-- Records follows --
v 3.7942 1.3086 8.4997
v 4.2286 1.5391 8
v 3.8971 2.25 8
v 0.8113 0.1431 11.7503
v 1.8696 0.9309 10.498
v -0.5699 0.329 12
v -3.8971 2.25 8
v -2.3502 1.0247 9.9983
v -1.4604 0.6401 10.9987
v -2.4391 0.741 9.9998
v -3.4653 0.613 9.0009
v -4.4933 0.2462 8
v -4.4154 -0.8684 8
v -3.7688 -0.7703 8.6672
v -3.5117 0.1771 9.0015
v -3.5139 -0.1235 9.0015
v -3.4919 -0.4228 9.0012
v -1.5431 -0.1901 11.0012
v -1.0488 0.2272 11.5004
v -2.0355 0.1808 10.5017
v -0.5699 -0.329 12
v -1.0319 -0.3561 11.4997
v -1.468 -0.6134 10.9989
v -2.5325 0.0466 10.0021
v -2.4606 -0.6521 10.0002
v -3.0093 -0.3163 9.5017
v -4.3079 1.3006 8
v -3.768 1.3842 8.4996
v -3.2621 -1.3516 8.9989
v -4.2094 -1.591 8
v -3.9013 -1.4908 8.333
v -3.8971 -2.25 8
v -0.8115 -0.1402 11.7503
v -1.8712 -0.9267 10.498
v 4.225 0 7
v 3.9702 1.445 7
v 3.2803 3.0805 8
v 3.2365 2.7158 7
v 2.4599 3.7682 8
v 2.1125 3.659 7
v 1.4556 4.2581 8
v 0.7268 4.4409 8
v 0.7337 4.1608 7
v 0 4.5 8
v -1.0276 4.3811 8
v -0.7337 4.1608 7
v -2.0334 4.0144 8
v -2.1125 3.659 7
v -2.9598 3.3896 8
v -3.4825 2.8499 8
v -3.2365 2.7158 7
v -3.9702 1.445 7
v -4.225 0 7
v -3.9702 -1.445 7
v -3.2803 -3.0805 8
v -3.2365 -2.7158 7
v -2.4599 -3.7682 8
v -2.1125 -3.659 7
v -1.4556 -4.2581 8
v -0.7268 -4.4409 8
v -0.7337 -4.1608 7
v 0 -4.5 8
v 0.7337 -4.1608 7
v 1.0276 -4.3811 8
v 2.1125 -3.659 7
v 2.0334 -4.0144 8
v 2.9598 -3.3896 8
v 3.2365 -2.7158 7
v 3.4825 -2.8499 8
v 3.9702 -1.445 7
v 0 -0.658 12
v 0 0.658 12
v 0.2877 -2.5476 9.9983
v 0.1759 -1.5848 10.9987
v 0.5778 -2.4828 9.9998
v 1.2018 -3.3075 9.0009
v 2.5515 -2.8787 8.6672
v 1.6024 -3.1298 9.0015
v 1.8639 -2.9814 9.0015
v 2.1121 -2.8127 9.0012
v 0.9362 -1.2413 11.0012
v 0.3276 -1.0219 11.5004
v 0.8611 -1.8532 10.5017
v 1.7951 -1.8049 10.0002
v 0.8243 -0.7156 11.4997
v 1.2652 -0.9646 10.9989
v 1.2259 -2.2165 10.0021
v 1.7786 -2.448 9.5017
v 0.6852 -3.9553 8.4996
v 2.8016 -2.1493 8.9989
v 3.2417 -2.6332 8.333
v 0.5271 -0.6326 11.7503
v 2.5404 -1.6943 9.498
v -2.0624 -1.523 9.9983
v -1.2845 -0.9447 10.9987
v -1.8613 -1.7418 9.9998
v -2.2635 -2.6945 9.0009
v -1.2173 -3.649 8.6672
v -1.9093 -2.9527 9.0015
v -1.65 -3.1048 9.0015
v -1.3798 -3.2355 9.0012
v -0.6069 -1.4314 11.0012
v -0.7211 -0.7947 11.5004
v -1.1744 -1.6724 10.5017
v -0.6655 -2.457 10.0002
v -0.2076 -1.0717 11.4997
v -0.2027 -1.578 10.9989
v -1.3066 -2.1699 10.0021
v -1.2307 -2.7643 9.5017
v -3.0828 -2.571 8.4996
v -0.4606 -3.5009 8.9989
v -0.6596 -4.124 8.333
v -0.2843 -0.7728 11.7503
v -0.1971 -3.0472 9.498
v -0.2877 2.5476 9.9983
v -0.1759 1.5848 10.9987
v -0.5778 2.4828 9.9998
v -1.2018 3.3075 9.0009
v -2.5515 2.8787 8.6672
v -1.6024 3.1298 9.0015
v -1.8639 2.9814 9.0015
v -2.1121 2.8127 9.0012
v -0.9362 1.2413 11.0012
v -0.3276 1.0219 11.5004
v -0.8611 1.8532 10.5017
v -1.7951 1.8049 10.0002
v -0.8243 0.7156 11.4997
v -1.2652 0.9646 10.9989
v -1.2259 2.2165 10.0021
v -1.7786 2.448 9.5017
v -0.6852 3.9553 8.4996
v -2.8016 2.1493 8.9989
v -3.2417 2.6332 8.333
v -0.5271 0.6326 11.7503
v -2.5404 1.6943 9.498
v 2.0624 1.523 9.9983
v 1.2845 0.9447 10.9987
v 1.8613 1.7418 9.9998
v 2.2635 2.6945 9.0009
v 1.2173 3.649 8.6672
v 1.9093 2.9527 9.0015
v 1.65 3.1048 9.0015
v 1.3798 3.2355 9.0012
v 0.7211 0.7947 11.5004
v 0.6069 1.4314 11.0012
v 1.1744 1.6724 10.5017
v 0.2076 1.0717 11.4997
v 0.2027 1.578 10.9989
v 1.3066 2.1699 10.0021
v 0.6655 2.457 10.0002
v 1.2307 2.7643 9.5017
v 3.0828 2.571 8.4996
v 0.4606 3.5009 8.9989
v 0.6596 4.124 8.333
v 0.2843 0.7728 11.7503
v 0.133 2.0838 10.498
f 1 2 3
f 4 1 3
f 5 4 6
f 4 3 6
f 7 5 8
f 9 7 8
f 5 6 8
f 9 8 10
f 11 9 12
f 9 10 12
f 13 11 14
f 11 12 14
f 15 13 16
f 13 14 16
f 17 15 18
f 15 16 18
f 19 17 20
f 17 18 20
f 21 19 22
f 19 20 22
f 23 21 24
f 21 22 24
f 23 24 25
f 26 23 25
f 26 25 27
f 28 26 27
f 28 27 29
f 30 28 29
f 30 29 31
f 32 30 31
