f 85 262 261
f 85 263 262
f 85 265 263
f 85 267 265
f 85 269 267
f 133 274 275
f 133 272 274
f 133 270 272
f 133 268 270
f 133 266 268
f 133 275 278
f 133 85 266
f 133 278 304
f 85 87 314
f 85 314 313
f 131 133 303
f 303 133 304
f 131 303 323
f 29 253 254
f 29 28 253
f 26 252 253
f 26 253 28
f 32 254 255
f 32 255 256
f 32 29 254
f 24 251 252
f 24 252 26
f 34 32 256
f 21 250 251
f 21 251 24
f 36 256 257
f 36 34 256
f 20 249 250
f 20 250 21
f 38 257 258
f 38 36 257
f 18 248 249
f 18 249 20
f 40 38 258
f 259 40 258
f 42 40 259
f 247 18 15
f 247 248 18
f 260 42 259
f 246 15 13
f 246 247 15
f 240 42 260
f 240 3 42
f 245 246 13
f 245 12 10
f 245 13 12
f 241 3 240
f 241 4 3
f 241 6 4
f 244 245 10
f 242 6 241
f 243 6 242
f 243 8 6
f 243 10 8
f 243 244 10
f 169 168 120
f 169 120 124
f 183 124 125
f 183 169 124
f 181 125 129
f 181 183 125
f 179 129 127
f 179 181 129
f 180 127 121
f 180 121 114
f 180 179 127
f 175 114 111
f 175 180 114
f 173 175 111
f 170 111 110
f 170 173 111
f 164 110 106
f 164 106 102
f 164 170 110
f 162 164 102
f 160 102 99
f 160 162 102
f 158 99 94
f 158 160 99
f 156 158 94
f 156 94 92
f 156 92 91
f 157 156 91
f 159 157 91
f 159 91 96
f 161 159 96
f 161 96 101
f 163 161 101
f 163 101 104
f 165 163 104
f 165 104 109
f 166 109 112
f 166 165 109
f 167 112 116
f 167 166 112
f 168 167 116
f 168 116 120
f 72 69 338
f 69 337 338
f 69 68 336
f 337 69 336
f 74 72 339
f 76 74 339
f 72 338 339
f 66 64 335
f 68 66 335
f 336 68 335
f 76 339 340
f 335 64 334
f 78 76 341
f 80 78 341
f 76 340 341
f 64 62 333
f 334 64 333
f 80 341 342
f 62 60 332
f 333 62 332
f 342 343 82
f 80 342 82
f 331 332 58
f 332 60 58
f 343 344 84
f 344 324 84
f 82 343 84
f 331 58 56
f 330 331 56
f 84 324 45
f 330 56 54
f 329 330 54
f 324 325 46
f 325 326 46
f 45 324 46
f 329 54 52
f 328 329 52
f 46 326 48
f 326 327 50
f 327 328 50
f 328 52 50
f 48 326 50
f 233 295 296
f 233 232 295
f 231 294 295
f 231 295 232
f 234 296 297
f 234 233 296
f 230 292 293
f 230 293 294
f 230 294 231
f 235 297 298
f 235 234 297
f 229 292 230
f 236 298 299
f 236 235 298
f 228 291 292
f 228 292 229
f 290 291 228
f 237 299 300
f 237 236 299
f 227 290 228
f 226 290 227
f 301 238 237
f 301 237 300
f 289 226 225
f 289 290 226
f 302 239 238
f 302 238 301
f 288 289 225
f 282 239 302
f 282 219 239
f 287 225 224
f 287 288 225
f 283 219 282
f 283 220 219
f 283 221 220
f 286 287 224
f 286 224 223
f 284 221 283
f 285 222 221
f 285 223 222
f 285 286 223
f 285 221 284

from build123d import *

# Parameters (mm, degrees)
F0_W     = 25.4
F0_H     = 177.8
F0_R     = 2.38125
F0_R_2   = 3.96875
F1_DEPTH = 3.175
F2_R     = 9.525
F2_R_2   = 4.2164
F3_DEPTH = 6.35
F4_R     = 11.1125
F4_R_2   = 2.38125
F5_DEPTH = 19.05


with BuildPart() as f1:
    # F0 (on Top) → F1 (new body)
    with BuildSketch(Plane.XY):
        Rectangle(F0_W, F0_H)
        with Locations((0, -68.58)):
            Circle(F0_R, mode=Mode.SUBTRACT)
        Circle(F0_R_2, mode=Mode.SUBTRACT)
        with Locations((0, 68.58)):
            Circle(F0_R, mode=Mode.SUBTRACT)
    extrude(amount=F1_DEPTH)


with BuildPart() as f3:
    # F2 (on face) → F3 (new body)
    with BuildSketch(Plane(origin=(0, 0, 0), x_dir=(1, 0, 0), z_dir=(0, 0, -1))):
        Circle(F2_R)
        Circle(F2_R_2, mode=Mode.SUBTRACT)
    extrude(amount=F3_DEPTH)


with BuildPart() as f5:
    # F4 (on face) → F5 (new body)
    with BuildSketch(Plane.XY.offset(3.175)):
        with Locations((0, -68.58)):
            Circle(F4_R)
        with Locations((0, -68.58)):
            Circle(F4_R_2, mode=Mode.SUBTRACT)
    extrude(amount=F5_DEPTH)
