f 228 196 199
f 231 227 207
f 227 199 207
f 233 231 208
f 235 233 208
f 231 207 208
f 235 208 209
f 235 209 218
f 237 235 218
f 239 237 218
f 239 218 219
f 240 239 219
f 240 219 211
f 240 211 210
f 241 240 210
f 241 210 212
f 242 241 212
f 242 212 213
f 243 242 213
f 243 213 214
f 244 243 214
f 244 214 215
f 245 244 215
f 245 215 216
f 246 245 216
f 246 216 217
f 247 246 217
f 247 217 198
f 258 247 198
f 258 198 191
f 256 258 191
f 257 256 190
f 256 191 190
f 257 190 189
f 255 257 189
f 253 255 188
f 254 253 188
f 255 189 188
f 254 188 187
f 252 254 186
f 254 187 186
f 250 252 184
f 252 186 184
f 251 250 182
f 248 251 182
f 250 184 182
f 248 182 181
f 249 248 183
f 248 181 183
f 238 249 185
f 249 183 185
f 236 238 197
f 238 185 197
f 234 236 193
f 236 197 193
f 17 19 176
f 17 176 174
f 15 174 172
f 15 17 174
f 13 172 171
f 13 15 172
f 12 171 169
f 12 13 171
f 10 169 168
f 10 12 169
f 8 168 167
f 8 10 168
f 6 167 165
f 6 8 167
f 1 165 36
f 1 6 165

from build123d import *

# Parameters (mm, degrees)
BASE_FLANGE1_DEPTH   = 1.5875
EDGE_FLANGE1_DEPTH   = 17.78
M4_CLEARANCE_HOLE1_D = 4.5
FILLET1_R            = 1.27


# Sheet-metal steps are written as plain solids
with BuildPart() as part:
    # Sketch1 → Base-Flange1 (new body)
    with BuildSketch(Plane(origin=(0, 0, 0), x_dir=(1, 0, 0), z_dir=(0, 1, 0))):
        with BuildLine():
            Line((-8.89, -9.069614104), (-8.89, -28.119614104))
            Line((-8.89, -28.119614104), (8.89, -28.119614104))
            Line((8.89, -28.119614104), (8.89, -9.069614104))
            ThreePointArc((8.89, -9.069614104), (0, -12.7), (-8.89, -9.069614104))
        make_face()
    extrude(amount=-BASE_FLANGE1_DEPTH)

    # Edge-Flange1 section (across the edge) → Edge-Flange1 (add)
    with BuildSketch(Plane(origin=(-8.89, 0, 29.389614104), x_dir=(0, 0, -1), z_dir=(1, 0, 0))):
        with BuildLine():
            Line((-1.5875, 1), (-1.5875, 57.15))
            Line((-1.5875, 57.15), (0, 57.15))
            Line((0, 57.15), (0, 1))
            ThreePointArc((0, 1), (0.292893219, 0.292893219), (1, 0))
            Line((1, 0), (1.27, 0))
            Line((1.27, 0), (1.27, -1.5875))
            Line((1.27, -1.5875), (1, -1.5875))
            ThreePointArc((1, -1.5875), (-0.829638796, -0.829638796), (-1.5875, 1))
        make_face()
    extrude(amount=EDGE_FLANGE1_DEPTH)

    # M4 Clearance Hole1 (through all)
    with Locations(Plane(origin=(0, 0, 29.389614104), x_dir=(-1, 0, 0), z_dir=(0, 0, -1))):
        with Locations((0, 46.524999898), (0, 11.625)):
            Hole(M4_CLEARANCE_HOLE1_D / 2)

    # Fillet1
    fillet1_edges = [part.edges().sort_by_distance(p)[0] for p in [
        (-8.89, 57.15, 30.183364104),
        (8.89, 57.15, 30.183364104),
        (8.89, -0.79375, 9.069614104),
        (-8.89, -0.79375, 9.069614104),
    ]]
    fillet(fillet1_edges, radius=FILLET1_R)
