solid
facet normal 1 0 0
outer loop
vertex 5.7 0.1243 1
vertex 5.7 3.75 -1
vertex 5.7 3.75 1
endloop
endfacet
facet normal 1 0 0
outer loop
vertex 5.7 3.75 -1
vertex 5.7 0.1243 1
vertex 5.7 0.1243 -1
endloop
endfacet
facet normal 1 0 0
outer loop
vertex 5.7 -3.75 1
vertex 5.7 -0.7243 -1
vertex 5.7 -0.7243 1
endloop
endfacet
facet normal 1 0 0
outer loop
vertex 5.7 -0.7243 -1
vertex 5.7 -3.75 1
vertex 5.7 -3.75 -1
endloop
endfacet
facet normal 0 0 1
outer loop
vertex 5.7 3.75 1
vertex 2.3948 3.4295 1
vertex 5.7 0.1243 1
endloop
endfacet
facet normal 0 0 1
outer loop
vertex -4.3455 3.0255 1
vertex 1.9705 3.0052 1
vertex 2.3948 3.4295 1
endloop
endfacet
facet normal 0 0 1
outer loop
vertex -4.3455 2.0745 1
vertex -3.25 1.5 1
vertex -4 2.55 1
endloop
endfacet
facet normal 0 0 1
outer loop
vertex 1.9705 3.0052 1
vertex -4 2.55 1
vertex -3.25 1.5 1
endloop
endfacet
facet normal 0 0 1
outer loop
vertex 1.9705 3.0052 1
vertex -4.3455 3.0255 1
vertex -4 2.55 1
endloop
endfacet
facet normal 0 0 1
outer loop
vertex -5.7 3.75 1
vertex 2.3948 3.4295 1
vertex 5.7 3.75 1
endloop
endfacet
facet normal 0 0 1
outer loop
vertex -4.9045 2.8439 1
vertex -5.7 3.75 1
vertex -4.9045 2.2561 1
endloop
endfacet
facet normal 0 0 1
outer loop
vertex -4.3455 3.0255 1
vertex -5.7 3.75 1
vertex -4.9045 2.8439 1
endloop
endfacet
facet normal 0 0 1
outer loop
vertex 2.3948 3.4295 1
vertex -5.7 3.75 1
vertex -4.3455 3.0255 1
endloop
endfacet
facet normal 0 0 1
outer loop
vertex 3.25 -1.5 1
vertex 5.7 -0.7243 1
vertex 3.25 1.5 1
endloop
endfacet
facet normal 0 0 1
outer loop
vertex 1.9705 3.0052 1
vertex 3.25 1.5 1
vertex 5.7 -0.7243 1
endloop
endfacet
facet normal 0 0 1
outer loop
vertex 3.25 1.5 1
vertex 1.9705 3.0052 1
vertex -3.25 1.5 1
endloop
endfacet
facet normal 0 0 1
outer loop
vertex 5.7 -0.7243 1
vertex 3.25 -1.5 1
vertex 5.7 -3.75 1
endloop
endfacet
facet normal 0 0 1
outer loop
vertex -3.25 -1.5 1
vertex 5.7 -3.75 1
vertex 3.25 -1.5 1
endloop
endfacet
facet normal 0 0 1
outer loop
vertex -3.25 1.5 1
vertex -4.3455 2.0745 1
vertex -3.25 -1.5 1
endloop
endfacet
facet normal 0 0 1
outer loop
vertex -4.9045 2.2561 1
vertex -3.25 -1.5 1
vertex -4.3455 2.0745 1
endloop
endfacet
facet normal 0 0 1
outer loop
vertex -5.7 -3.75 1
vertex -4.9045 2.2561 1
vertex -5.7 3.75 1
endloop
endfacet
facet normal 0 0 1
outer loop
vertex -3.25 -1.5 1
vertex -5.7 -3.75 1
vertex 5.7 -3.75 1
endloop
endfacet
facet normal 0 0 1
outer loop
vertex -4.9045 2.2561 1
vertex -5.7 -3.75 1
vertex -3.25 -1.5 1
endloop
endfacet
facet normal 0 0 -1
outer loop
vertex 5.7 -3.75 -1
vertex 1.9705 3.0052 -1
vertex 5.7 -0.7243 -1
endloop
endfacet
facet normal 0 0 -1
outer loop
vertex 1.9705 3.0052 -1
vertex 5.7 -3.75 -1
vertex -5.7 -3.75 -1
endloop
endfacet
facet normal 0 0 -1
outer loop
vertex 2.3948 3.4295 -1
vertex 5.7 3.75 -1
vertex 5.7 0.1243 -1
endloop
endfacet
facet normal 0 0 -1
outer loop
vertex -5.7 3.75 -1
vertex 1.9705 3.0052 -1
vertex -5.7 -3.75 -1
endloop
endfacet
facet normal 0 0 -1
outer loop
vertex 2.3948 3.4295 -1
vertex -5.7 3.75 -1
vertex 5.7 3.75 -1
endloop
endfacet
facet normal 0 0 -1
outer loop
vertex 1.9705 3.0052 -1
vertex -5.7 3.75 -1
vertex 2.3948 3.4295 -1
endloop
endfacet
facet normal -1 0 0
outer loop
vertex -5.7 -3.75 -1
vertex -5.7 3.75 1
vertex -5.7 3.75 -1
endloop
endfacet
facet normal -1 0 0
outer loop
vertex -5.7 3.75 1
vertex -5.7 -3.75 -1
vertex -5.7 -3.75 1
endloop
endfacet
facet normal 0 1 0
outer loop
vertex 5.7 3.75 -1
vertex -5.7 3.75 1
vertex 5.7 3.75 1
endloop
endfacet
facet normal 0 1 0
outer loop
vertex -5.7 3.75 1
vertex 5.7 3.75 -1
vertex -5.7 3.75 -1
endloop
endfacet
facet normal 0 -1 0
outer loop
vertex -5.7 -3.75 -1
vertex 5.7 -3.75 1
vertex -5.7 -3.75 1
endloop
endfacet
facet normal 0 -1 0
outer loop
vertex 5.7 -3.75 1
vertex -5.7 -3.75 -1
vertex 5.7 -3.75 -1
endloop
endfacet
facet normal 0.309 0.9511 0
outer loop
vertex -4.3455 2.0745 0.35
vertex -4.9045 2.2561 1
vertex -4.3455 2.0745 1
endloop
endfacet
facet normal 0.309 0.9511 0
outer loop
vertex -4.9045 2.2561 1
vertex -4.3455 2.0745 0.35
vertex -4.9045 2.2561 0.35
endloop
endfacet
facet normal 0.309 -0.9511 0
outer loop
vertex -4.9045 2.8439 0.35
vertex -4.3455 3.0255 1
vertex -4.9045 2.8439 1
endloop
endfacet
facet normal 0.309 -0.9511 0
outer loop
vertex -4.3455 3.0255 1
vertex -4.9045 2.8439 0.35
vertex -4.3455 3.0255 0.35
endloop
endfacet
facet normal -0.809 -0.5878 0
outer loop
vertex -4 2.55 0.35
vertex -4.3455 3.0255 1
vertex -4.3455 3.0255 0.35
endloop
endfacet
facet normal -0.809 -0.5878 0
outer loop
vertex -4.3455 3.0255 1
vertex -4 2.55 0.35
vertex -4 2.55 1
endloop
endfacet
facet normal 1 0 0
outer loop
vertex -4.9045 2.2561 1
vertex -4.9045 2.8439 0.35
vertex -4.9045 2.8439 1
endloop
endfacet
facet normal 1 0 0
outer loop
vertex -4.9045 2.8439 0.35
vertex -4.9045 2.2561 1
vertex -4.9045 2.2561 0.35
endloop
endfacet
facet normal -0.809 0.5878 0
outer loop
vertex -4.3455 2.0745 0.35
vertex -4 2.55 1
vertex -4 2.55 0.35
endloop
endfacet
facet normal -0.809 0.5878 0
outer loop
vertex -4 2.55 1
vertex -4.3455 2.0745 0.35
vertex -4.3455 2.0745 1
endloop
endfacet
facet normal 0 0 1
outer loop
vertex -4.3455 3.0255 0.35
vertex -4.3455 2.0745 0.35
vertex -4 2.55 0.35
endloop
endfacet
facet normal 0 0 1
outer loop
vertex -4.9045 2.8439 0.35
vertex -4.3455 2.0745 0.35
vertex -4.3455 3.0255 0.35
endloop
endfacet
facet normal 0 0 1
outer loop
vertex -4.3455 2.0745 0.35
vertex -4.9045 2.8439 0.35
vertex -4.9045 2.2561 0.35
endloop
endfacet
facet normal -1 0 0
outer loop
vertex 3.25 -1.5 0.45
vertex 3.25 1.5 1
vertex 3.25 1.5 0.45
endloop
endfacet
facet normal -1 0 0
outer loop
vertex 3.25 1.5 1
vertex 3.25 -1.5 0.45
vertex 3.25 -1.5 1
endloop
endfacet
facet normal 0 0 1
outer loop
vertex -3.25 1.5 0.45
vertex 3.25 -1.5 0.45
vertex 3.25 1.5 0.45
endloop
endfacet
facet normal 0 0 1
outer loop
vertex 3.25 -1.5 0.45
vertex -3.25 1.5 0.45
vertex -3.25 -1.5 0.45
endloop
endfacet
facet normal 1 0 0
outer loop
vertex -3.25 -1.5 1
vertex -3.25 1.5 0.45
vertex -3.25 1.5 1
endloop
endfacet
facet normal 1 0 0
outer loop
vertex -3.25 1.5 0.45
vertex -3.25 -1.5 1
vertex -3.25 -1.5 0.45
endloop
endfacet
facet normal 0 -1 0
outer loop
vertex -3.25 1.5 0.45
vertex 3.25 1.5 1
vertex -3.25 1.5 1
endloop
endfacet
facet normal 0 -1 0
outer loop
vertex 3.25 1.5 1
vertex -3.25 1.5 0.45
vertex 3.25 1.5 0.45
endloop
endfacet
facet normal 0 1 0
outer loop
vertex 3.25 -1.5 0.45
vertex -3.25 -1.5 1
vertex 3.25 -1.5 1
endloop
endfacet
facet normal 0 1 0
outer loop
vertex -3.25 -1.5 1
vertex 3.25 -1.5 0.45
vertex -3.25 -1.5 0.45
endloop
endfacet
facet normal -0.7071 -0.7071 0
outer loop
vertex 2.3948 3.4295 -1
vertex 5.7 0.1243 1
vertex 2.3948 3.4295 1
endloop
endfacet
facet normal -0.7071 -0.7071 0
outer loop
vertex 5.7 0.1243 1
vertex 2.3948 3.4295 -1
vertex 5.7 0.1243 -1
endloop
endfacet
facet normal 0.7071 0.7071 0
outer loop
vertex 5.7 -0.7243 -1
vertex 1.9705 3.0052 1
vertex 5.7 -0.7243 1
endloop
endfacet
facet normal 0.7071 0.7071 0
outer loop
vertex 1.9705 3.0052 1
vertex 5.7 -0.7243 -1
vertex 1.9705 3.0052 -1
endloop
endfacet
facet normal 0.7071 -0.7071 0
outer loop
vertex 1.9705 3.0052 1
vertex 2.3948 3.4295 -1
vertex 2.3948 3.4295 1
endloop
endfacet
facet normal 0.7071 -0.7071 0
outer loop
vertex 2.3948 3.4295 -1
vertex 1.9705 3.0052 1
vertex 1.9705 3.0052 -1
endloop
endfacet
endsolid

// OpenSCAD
// Parameters
body_L = 11.4; //[5.7:22.8:0.1]
body_W = 7.5; //[3.75:15:0.1]
body_H = 2; //[1:4:0.05]
overlap = 0.8; //[0.5:2:0.1]
chamfer = 0.6; //[0.2:1.2:0.05]
pin_mark_r = 0.5; //[0.25:1:0.05]
pin_mark_depth = 0.25; //[0.1:0.6:0.05]
pin_mark_inset = 1.2; //[0.6:2.4:0.1]
top_mark_L = 6.5; //[3.25:13:0.1]
top_mark_W = 3.0; //[1.5:6:0.1]
top_mark_depth = 0.15; //[0.05:0.4:0.05]

// Base Shapes
module smd_body() {
  color("DimGray")
  translate([0, 0, 0])
    cube([body_L, body_W, body_H], center=true);
}

module pin_mark() {
  color("Black")
  translate([-body_L/2 + pin_mark_inset, body_W/2 - pin_mark_inset, body_H/2 - pin_mark_depth/2])
    cylinder(r=pin_mark_r, h=pin_mark_depth + overlap, center=true);
}

module top_marking() {
  color("Black")
  translate([0, 0, body_H/2 - top_mark_depth/2])
    cube([top_mark_L, top_mark_W, top_mark_depth + overlap], center=true);
}

module edge_chamfer() {
  color("Black")
  translate([body_L/2 - chamfer/2, 0, 0])
    rotate([0, 0, 45])
      cube([chamfer, body_W + 2*overlap, body_H + 2*overlap], center=true);
}

// Operations
module final_model() {
  difference() {
    smd_body();
    pin_mark();
    top_marking();
    edge_chamfer();
  }
}

// Final Output
final_model();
-- Records concluded --
** Exercise directions **
Return all lines from the entries that contain the string "extrude".

** Answer to this exercise **
    extrude(amount=F1_DEPTH)
    extrude(amount=F3_DEPTH)
    extrude(amount=F5_DEPTH)
    extrude(amount=-BASE_FLANGE1_DEPTH)
    extrude(amount=EDGE_FLANGE1_DEPTH)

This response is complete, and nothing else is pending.